到那时,孙儿这点不甘的小火苗,自然也就熄了,认了。

“……好。”窦太后最终,从干涩的喉咙里,吐出了这个字。声音疲惫至极,仿佛做出这个“让步”,耗去了她所剩无几的生命力,“就依你。董仲舒……可继续任江都相。”

刘彻的心脏,在绝望的冰窟里,猛地、微弱地跳动了一下。

然而,奶奶接下来的话语,又像更寒冷的冰水,将他那刚刚泛起的一丝暖意彻底浇灭:

“但是,你要给老身记清楚了,”她的声音重新变得冷硬,每一个字都像铁楔,不容置疑地钉入规则,“江都相,就只是江都相。他的那些什么‘天人感应’,什么‘罢黜百家’,什么‘《春秋》大一统’……一篇策论也不许再传入长安,一个字也不许在朝堂之上提起!从今往后,在这未央宫,在长乐宫,在大汉的庙堂之上,只有黄老之道,只有无为而治。你,可给老身牢牢刻在心里了?”

刘彻闭上了眼睛。

掌心早已血肉模糊,指甲深陷的疼痛早已麻木。可灵魂深处,某种东西彻底碎裂、坍塌、然后被封冻的声音,却清晰可闻。那是一个少年天子的理想,是他十六年来对“天下”最炽热的想象,是他以为触手可及的“盛世”蓝图……如今,都被这冰冷的话语,宣判了死刑,封入了永冻的冰川。

“孙儿……”他开口,声音轻得如同梦呓,沙哑得像砂纸摩擦,却异常清晰,清晰得如同献祭时的誓言,“……谨遵懿旨。”
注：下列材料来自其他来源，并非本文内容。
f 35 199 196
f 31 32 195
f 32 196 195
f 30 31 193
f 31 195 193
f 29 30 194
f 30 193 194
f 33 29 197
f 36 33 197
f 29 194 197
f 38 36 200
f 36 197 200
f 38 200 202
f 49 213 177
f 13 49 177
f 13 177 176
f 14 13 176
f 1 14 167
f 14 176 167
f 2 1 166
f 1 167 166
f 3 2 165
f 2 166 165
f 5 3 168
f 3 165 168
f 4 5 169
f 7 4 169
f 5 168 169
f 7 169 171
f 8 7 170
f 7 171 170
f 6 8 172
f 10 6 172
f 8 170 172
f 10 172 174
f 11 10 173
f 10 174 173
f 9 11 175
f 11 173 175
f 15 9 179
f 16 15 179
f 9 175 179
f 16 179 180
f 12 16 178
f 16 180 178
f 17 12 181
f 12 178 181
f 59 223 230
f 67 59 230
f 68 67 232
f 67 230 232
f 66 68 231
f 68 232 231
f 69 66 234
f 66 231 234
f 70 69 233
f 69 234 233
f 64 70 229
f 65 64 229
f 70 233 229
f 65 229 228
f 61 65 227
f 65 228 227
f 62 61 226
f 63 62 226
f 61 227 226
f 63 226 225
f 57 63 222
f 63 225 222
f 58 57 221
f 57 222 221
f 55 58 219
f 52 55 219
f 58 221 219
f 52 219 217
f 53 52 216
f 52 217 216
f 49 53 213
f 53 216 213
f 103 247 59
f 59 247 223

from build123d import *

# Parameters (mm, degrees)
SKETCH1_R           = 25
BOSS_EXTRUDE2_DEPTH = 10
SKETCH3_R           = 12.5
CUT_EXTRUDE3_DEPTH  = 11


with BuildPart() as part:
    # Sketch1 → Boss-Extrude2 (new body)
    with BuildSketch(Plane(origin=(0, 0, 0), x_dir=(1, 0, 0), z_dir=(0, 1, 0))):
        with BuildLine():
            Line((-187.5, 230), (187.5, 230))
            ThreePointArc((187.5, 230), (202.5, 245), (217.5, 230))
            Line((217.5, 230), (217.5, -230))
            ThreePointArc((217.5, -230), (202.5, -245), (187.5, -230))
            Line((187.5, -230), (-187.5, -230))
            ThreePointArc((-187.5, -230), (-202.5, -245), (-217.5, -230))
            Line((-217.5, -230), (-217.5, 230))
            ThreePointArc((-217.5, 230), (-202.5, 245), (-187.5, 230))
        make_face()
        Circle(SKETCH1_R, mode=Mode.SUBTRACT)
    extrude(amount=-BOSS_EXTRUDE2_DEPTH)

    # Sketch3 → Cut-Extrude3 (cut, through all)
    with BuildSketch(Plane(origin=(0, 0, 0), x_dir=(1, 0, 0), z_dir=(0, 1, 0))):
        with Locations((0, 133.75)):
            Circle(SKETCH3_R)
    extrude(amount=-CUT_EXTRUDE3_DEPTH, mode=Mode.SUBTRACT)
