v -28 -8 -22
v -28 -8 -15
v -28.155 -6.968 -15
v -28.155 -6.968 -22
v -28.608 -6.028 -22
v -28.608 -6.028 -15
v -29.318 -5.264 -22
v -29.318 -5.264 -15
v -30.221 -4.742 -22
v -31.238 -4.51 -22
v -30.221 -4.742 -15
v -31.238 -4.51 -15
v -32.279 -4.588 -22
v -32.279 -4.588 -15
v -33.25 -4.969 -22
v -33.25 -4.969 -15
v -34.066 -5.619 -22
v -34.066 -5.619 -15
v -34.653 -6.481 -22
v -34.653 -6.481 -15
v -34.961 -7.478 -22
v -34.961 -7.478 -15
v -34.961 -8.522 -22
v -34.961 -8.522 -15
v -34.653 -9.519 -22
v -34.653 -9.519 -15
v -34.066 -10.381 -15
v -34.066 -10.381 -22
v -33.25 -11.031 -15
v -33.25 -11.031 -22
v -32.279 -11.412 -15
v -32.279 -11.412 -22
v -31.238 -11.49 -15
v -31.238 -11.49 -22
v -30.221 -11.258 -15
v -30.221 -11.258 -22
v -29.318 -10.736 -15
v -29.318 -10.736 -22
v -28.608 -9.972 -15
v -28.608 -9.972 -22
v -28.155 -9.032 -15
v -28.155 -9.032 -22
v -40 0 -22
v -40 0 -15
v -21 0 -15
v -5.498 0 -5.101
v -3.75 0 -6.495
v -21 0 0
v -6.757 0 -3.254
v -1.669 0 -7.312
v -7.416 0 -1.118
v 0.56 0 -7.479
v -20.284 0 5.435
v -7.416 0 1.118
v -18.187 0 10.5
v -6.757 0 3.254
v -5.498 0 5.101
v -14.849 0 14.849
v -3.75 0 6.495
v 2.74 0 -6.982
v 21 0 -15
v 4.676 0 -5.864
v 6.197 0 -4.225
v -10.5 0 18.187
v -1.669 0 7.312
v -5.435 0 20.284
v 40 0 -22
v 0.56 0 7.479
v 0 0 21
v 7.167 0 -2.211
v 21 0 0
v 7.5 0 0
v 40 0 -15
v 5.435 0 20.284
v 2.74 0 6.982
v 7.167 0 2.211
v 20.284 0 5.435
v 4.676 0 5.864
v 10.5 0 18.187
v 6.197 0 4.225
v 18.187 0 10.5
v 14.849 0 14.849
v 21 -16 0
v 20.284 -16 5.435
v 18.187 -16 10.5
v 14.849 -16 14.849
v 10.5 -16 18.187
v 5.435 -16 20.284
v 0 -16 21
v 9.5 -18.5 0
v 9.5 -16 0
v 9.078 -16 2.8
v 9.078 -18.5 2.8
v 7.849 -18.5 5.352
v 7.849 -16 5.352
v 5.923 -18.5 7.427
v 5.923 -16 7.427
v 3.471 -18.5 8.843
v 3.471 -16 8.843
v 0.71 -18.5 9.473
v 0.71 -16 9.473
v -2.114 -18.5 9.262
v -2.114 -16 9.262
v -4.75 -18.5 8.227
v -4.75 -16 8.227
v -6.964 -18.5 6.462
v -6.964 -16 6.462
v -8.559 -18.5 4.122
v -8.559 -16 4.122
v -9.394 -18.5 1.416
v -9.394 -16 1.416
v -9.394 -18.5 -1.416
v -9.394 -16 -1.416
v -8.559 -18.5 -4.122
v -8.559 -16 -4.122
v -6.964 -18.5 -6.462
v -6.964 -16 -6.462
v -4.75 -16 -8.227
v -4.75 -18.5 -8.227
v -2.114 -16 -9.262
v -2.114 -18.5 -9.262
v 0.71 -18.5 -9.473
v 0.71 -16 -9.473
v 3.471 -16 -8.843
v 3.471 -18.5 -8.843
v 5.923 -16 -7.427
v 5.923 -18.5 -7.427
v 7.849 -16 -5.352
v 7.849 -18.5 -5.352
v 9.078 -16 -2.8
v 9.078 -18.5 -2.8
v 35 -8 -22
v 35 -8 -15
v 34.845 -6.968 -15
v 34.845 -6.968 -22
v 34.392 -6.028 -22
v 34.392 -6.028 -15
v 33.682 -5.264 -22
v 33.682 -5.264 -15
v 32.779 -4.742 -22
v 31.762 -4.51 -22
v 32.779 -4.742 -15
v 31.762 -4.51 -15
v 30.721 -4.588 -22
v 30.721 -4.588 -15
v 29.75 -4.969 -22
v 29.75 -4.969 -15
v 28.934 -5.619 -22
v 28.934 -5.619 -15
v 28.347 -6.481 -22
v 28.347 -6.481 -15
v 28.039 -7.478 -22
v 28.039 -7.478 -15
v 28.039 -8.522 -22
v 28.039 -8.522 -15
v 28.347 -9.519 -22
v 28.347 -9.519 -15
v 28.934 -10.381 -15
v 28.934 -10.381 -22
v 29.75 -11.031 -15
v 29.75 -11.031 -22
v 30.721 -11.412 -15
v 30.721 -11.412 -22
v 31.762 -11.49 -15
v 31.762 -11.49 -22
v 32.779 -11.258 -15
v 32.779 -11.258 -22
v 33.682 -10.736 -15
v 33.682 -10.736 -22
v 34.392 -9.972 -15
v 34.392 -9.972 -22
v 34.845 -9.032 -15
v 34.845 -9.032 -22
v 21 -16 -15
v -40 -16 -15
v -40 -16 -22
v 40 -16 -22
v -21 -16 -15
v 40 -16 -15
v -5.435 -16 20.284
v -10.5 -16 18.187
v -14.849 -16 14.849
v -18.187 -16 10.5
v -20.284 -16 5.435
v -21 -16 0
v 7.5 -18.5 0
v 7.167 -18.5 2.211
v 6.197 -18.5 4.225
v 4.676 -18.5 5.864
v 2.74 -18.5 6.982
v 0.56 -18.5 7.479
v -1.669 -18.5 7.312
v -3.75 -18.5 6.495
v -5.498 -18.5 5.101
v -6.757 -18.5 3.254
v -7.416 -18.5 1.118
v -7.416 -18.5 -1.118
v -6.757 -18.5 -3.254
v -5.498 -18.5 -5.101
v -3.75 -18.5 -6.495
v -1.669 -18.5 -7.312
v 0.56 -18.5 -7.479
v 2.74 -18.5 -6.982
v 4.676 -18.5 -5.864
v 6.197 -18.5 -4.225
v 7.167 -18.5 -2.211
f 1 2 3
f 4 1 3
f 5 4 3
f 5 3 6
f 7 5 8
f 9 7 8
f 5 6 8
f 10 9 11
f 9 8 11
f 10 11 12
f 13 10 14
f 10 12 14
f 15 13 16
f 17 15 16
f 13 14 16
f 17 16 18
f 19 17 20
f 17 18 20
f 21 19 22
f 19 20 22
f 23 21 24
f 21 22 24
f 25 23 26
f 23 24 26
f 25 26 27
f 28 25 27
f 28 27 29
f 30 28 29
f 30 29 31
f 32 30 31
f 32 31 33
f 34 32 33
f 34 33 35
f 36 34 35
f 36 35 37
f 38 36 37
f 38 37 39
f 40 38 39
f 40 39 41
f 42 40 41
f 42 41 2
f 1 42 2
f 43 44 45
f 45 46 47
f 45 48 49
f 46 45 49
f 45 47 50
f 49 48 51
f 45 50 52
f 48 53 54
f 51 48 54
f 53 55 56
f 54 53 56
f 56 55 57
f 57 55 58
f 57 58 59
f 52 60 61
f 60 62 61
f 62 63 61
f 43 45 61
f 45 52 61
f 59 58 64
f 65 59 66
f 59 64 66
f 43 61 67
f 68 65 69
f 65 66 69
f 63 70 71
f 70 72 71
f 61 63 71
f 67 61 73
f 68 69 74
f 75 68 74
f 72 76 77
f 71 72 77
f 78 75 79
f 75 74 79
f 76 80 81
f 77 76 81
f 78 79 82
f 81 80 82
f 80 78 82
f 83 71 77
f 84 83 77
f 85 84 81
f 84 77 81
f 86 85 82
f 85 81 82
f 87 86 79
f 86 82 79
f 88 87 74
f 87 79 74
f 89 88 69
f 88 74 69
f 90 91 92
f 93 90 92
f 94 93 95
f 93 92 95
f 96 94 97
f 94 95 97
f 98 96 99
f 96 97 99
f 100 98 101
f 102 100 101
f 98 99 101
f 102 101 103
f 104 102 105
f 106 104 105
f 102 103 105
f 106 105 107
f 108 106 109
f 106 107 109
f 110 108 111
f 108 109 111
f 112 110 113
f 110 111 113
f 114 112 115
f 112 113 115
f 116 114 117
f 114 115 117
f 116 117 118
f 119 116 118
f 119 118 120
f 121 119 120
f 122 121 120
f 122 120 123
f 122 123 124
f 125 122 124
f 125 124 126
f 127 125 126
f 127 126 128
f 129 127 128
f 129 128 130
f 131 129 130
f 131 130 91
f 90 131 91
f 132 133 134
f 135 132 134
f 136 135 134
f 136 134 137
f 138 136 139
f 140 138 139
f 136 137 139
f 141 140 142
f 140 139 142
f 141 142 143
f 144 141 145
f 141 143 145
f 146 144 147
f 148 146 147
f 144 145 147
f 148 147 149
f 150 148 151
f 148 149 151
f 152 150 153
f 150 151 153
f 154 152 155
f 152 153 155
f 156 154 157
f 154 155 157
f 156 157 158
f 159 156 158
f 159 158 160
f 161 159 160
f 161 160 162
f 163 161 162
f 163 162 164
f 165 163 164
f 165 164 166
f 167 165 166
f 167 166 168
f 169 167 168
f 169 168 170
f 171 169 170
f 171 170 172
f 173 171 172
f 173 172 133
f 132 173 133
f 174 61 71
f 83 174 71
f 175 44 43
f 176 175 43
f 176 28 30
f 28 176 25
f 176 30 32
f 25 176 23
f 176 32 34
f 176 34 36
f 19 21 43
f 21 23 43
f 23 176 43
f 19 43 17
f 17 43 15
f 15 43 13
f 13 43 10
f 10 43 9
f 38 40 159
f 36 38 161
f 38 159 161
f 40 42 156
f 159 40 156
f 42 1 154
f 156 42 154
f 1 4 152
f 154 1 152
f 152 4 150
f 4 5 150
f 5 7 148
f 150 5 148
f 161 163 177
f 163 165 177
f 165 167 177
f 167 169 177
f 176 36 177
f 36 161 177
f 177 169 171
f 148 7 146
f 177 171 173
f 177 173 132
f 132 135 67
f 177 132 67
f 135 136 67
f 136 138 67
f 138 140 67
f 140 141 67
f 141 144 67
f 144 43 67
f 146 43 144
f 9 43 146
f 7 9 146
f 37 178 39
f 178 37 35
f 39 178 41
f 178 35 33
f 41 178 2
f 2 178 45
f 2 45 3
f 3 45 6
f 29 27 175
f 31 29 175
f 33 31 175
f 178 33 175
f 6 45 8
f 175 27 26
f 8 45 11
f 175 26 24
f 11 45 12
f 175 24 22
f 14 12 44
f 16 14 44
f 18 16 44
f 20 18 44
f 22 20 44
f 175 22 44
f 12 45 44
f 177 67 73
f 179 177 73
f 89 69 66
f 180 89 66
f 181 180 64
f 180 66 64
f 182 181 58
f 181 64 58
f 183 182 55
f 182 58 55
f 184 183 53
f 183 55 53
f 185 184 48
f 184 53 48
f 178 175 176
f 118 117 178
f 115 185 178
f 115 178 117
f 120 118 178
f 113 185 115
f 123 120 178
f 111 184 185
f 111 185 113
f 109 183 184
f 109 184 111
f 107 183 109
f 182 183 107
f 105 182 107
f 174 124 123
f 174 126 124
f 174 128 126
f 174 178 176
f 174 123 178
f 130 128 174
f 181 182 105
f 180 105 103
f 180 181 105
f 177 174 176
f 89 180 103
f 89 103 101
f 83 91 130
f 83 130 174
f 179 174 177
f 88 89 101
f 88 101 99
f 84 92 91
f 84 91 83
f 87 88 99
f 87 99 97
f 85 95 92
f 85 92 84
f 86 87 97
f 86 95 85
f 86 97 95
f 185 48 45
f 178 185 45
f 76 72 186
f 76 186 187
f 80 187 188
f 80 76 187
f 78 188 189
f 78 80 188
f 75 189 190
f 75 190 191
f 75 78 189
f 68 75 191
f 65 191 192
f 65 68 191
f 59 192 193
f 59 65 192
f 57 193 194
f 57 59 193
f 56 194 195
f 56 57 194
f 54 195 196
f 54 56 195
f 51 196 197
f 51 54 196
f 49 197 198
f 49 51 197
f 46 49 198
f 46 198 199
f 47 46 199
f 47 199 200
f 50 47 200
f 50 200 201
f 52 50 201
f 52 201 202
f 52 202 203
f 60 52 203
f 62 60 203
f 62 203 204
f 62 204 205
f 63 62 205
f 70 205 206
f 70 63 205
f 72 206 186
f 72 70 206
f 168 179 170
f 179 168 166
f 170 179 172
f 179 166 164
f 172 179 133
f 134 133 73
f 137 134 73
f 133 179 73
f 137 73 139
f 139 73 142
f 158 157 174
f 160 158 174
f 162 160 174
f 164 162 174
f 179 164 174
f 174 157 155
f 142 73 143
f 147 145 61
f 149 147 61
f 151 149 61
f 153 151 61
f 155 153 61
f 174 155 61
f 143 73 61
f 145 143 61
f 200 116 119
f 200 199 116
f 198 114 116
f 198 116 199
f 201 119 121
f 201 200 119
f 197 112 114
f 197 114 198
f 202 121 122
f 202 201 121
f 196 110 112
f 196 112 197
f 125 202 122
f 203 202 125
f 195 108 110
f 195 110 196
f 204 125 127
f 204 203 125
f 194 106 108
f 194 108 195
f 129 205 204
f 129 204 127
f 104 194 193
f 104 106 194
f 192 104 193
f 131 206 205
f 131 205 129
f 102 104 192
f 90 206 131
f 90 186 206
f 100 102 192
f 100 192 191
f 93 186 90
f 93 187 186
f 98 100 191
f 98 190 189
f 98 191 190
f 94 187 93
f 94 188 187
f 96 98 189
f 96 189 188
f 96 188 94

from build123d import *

# Parameters (mm, degrees)
F0_R     = 9.5
F0_R_2   = 7.5
F1_DEPTH = 18.5
F2_DEPTH = 16
F3_R     = 3.5
F4_DEPTH = 7.001


with BuildPart() as f1:
    # F0 (on Front) → F1 (new body)
    with BuildSketch(Plane.XZ):
        Circle(F0_R)
        Circle(F0_R_2, mode=Mode.SUBTRACT)
    extrude(amount=F1_DEPTH)

    # F0 (on Front) → F2 (join)
    with BuildSketch(Plane.XZ):
        with BuildLine():
            Line((-40, -22), (0, -22))
            Line((0, -22), (40, -22))
            Line((40, -22), (40, -15))
            Line((40, -15), (21, -15))
            Line((21, -15), (21, 0))
            ThreePointArc((21, 0), (14.849242, 14.849242), (0, 21))
            ThreePointArc((0, 21), (-14.849242, 14.849242), (-21, 0))
            Line((-21, 0), (-21, -15))
            Line((-21, -15), (-40, -15))
            Line((-40, -15), (-40, -22))
        make_face()
        Circle(F0_R, mode=Mode.SUBTRACT)
    extrude(amount=F2_DEPTH)

    # F3 (on face) → F4 (cut, through all)
    with BuildSketch(Plane.XY.offset(-15)):
        with Locations((-31.5, -8)):
            Circle(F3_R)
        with Locations((31.5, -8)):
            Circle(F3_R)
    extrude(amount=-F4_DEPTH, mode=Mode.SUBTRACT)


solid = f1.part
他伏下身,最后三次,将额头重重叩在冰冷坚硬的地面上。咚!咚!咚!每一声闷响,都像是钉棺的木槌,为他夭折的雄心,为他死去的天真,为他从此必须戴上的、名为“隐忍”与“顺从”的面具,举行了一场无声的、只有他自己知晓的葬礼。

当他再次抬起头时,脸上已无泪痕,只有一片深不见底的、冰封的平静。那平静之下,是一个十六岁少年被迫提前死去的灵魂,和一个名为“汉武帝”的帝王,开始野蛮生长的、冷酷的根。